◆ What to do
How many of the lines below include the word "source"? Only the number should be given.

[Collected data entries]
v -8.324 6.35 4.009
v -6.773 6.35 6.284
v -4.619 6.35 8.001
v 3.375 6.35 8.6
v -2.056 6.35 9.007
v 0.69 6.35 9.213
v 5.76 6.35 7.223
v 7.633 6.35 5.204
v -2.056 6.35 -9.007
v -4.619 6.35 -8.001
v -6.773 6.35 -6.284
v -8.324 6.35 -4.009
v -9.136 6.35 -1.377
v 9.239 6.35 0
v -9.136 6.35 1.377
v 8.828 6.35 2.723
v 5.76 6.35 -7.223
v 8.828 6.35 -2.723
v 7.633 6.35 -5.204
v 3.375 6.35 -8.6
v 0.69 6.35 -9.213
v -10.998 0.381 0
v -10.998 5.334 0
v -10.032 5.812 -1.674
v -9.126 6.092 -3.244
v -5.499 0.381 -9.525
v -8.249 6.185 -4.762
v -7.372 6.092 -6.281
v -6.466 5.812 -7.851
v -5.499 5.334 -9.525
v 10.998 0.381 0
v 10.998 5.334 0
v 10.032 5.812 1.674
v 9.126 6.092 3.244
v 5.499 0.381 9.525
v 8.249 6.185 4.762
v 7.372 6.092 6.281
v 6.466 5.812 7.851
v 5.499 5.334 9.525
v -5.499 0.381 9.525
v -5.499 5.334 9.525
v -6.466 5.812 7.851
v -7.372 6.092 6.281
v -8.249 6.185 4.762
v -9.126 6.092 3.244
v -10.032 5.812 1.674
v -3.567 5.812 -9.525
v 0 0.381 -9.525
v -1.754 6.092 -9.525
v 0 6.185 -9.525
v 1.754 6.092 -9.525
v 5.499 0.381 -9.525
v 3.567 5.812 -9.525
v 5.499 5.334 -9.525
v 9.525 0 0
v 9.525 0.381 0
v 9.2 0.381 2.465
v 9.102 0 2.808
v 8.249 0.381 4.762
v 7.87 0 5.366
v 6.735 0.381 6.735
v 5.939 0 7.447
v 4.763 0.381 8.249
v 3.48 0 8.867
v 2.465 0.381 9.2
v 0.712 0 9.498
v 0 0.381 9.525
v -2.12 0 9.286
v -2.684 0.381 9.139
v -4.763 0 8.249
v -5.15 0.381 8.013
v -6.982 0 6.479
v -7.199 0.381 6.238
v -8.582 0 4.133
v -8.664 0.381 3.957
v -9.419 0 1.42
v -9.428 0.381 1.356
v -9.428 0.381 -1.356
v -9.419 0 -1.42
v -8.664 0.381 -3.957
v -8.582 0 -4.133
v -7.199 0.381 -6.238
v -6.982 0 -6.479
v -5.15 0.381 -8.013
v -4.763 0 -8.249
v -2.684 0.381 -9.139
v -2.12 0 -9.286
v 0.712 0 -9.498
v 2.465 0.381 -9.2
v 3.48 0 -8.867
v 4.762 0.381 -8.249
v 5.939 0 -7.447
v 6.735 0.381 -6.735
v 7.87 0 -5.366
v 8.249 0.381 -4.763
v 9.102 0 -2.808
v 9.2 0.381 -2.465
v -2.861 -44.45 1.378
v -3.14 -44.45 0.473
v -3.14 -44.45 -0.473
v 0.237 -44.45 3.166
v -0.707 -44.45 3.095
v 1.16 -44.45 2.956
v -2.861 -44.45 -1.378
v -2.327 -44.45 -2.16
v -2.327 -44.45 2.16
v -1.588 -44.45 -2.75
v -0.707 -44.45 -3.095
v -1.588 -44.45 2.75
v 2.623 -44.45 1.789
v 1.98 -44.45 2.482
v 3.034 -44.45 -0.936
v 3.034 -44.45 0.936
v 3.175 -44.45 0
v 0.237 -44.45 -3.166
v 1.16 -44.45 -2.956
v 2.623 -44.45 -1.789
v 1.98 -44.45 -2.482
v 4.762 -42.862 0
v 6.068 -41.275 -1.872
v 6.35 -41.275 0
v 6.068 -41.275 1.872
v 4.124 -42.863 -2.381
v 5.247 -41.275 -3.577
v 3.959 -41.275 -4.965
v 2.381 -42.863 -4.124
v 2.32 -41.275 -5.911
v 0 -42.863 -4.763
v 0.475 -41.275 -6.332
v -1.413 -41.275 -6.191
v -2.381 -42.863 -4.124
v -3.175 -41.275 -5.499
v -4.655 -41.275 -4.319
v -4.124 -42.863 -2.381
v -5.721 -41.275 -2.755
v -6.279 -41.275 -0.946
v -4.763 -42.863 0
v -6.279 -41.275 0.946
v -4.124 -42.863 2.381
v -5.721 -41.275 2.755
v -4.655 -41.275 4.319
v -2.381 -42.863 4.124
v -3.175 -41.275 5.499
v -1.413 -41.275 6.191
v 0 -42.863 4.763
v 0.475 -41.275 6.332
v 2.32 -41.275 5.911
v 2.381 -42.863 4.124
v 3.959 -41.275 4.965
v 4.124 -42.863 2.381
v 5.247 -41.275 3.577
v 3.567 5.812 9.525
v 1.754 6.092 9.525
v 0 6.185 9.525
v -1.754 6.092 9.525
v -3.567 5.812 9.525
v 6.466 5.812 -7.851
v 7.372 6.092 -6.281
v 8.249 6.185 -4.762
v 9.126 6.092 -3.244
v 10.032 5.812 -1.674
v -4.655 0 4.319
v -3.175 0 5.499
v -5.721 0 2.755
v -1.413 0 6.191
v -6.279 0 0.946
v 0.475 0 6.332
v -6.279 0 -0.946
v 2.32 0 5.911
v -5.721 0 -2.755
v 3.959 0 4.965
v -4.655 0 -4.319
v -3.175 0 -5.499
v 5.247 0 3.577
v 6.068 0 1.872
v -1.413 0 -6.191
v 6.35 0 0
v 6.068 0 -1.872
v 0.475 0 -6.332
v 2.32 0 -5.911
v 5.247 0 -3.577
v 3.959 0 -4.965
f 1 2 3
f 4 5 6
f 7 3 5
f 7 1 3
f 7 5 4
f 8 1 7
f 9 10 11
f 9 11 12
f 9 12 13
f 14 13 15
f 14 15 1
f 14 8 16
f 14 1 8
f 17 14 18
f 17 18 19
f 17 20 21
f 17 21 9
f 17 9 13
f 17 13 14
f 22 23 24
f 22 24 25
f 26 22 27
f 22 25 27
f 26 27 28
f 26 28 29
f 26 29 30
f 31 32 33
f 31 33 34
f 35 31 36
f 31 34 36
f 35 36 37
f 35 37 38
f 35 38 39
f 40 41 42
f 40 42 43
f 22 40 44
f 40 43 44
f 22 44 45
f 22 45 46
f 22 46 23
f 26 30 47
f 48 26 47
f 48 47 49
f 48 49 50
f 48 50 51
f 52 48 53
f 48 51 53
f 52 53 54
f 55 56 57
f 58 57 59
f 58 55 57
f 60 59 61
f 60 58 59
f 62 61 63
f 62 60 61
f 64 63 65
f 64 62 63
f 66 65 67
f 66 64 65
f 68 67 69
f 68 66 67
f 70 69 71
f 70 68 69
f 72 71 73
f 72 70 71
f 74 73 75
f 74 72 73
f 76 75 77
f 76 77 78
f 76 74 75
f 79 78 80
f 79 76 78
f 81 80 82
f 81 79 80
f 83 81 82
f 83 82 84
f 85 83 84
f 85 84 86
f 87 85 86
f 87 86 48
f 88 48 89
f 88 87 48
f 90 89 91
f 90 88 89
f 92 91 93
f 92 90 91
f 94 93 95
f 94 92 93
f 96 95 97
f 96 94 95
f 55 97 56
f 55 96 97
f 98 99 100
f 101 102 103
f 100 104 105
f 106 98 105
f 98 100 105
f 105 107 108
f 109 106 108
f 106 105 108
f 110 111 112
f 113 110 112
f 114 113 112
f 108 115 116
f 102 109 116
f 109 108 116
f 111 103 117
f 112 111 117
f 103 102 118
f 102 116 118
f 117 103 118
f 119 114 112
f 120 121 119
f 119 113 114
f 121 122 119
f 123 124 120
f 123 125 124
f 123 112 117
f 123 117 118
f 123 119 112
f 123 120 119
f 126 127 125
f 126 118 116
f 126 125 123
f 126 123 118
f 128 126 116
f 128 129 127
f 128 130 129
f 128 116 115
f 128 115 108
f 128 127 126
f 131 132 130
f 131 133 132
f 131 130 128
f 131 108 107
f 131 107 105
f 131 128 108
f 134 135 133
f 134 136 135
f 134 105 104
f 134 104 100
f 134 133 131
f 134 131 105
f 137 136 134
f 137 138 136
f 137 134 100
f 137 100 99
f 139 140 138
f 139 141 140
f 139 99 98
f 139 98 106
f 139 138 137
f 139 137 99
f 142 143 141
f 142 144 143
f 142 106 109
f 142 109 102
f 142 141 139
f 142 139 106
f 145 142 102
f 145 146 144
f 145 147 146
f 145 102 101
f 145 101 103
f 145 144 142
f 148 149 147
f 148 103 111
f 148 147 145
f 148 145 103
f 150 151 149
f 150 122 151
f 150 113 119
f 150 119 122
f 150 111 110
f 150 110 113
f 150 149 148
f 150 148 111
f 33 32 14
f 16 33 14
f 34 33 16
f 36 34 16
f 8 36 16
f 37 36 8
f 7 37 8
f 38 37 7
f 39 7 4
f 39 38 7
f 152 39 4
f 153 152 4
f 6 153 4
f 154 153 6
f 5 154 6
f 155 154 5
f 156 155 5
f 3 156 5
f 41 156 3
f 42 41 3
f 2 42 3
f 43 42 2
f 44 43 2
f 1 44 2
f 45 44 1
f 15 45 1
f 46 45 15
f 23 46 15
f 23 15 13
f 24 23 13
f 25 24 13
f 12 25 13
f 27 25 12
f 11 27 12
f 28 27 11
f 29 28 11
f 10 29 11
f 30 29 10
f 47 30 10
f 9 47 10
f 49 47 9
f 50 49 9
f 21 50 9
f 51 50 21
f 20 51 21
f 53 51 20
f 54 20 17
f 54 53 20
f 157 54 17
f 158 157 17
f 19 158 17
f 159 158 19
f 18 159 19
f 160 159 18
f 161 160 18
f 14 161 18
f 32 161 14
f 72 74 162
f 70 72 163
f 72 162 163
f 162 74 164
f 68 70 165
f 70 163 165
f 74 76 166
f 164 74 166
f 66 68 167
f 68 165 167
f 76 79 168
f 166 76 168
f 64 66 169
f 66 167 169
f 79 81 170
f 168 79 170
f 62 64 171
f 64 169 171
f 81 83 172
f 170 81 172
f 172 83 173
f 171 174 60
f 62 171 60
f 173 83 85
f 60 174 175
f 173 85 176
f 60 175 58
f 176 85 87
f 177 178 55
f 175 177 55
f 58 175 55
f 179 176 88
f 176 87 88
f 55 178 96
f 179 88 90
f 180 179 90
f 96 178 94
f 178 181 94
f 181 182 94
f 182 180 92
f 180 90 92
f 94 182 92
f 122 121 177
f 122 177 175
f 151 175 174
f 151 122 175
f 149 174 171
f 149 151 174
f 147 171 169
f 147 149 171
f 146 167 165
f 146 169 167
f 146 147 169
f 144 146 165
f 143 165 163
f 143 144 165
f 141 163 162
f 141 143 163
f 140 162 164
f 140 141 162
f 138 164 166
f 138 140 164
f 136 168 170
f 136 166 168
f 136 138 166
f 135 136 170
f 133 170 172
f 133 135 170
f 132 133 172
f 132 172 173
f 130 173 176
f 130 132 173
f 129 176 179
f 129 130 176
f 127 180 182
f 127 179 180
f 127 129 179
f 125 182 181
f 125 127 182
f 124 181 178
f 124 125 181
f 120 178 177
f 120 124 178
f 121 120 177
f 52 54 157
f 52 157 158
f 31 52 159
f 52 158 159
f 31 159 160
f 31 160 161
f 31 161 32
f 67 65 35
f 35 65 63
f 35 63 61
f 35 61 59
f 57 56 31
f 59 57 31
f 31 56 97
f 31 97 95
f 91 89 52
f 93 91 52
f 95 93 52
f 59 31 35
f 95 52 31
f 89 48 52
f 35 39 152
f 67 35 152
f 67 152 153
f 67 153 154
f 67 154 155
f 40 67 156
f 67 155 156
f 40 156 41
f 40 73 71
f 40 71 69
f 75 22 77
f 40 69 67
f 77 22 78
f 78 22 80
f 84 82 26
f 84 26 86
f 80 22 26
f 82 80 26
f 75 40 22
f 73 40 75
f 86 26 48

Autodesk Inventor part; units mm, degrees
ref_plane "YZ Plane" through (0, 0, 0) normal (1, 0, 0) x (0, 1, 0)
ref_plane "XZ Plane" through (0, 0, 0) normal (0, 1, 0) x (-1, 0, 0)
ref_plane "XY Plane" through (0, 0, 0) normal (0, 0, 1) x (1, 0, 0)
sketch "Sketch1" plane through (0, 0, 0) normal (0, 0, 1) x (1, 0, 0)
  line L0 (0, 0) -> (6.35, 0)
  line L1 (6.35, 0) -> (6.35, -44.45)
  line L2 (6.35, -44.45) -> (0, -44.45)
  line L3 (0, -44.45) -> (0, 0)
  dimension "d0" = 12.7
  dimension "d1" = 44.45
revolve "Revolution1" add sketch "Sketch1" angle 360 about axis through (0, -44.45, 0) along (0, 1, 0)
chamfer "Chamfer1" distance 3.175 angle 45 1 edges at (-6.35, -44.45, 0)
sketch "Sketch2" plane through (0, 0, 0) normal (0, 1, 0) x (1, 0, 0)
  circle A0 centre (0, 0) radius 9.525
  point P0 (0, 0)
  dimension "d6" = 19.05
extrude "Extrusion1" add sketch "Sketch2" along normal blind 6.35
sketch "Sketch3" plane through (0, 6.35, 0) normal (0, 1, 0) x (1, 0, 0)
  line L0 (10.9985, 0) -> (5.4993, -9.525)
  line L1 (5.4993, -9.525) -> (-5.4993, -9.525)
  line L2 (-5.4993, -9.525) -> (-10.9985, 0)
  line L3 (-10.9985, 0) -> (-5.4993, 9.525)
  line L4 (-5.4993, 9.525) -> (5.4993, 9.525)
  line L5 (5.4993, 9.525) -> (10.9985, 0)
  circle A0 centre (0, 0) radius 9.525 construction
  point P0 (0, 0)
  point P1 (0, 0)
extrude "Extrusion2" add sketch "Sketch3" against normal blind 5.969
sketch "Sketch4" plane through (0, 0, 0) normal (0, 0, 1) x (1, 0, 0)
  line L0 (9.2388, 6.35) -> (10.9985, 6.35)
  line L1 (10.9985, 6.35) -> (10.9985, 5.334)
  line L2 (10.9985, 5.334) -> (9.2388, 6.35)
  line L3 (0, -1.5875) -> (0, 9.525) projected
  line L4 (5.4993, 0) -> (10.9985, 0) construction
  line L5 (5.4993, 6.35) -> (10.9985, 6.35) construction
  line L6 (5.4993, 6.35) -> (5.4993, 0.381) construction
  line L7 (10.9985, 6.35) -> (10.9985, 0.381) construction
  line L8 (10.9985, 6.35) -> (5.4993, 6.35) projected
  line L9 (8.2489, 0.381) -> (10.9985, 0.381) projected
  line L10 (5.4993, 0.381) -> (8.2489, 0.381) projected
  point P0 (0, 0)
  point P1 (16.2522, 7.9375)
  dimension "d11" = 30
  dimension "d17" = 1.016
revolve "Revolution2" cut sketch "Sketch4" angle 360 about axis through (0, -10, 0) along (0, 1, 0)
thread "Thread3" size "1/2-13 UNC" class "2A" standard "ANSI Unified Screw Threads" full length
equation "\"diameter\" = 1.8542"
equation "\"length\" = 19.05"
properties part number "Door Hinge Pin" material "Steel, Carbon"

* * *

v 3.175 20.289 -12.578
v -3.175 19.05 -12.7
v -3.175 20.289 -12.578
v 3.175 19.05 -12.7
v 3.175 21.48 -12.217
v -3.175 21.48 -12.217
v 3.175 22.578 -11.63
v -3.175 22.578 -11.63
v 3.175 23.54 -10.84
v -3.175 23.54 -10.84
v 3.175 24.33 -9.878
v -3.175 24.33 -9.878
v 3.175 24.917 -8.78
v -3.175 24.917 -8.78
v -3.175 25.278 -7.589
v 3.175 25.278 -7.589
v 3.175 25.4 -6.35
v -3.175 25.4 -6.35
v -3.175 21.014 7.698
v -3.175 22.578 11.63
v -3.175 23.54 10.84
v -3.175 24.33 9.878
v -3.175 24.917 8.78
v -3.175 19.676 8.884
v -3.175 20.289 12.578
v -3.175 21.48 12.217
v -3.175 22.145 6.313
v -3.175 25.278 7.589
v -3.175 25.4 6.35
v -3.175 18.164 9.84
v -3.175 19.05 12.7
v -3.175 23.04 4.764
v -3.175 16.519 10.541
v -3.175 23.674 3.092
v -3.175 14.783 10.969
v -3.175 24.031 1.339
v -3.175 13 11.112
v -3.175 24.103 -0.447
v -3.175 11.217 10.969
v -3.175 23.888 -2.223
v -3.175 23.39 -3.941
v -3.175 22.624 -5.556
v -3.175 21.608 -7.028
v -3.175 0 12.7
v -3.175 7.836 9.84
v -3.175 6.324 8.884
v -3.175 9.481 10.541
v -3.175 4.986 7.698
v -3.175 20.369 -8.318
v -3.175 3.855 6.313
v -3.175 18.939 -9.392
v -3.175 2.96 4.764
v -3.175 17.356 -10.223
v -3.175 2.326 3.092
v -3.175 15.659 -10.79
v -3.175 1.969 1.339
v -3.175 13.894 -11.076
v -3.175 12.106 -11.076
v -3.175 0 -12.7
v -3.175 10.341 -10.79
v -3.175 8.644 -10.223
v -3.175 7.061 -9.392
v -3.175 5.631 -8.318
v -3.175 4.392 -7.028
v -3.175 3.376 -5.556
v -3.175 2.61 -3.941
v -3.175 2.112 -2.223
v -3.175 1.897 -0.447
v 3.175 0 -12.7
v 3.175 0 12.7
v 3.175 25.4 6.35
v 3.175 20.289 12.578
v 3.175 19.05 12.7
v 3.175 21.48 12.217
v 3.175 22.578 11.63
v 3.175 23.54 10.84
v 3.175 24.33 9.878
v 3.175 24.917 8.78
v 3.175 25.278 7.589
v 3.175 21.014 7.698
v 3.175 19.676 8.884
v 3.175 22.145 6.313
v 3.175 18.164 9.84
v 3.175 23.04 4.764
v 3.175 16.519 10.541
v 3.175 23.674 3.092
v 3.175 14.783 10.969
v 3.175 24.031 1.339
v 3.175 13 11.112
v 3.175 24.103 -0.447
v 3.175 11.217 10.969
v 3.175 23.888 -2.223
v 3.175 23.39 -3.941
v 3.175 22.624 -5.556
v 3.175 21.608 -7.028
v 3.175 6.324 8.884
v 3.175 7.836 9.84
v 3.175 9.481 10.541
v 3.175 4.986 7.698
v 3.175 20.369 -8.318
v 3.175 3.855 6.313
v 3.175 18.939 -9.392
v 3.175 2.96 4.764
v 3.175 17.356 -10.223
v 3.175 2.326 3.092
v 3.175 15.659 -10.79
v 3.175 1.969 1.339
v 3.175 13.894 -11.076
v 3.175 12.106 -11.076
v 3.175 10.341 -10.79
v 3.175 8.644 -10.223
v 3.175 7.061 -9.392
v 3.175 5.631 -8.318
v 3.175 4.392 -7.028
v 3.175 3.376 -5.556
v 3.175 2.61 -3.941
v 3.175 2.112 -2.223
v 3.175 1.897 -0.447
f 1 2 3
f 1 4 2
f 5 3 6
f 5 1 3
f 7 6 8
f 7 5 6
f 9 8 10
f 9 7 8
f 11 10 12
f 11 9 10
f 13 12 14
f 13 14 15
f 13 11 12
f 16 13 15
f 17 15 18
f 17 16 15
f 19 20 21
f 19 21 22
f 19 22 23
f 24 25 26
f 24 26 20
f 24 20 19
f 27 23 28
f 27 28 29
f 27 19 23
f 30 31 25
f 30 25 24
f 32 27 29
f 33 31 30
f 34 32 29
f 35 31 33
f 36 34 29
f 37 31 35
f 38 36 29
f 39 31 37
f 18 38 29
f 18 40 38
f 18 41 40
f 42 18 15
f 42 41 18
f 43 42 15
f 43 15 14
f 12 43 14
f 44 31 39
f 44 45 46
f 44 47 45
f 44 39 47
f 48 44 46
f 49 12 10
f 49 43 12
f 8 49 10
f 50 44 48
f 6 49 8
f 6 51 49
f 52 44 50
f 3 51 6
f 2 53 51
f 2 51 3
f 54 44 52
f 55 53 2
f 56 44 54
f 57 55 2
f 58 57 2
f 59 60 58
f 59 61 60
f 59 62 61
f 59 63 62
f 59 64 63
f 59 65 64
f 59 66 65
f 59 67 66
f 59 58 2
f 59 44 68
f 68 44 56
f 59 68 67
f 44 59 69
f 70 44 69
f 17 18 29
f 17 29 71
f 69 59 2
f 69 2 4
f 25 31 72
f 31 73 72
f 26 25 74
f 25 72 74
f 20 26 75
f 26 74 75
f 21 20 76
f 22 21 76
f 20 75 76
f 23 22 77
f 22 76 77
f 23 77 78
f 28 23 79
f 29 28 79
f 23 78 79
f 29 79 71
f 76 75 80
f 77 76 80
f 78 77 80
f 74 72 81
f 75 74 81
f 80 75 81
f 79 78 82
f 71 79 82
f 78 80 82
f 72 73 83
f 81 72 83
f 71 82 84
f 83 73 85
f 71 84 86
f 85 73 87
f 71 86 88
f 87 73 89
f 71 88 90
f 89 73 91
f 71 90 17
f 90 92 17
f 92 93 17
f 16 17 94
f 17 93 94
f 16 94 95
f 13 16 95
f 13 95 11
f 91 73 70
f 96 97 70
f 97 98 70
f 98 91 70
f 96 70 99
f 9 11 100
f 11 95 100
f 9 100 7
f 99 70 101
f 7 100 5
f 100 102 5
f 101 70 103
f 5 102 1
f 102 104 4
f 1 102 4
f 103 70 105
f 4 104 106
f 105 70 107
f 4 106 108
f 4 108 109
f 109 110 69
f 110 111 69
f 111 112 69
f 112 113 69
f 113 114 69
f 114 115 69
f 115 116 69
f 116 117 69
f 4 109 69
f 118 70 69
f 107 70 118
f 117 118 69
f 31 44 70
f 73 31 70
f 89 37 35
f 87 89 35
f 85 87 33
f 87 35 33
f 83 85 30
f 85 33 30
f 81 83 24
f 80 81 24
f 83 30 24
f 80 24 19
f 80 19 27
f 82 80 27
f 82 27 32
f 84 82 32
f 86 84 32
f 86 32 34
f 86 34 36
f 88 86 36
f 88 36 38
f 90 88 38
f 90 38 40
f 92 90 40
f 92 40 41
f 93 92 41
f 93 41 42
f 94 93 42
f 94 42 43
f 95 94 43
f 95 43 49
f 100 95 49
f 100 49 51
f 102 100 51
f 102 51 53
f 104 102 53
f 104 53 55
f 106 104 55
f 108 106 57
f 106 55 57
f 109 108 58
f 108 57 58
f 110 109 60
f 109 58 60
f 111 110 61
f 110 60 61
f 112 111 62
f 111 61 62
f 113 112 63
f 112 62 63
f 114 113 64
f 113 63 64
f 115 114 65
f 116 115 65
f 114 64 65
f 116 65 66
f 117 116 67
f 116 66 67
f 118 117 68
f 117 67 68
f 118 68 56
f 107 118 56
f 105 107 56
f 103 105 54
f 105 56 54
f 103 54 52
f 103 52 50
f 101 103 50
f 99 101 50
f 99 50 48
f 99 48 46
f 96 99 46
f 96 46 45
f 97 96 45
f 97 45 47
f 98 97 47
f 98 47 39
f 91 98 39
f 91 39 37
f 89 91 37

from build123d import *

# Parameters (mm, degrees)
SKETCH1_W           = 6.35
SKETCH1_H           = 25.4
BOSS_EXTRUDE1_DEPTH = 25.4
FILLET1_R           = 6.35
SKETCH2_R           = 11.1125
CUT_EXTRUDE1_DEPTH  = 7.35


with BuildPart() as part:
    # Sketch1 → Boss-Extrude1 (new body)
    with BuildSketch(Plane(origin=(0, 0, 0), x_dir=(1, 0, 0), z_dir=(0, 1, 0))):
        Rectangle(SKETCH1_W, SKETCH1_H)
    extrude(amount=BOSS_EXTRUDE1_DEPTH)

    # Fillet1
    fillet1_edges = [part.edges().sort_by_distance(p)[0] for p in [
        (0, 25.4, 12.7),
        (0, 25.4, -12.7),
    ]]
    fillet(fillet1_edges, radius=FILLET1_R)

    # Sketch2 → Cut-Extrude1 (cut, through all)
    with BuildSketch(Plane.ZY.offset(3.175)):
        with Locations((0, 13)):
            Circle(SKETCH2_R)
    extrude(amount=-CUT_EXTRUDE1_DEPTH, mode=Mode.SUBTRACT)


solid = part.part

---

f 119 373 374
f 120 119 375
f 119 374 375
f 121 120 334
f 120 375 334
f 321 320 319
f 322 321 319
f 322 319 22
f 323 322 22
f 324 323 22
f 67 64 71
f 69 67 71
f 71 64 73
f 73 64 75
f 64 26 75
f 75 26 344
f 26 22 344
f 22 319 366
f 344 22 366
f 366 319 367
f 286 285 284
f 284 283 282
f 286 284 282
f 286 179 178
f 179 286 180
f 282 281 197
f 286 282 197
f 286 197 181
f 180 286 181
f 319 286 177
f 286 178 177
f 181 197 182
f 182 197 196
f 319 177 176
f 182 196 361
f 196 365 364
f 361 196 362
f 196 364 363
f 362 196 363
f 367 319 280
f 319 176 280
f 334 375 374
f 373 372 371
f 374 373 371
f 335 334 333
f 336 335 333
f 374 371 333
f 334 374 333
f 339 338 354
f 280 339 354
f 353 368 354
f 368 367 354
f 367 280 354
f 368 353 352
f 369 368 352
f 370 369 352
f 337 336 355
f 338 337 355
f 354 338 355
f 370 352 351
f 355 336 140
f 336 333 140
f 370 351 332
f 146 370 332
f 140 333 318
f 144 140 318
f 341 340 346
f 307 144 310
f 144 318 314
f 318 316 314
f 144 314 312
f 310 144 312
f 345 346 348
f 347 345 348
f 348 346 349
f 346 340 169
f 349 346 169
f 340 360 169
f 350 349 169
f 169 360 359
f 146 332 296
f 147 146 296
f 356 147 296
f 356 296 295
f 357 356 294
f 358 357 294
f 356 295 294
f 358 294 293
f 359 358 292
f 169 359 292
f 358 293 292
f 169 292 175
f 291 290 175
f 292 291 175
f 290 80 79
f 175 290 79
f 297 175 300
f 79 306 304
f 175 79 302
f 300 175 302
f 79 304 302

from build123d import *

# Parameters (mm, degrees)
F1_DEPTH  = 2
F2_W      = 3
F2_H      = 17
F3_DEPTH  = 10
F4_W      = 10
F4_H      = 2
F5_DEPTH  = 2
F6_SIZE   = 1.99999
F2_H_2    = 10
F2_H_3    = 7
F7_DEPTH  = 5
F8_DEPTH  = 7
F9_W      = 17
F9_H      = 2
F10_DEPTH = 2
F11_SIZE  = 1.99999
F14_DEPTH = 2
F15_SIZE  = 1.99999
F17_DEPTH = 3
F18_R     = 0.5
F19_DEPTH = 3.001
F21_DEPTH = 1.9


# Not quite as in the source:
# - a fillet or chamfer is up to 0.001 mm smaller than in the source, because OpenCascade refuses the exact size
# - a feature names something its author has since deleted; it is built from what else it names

◆ Result below
2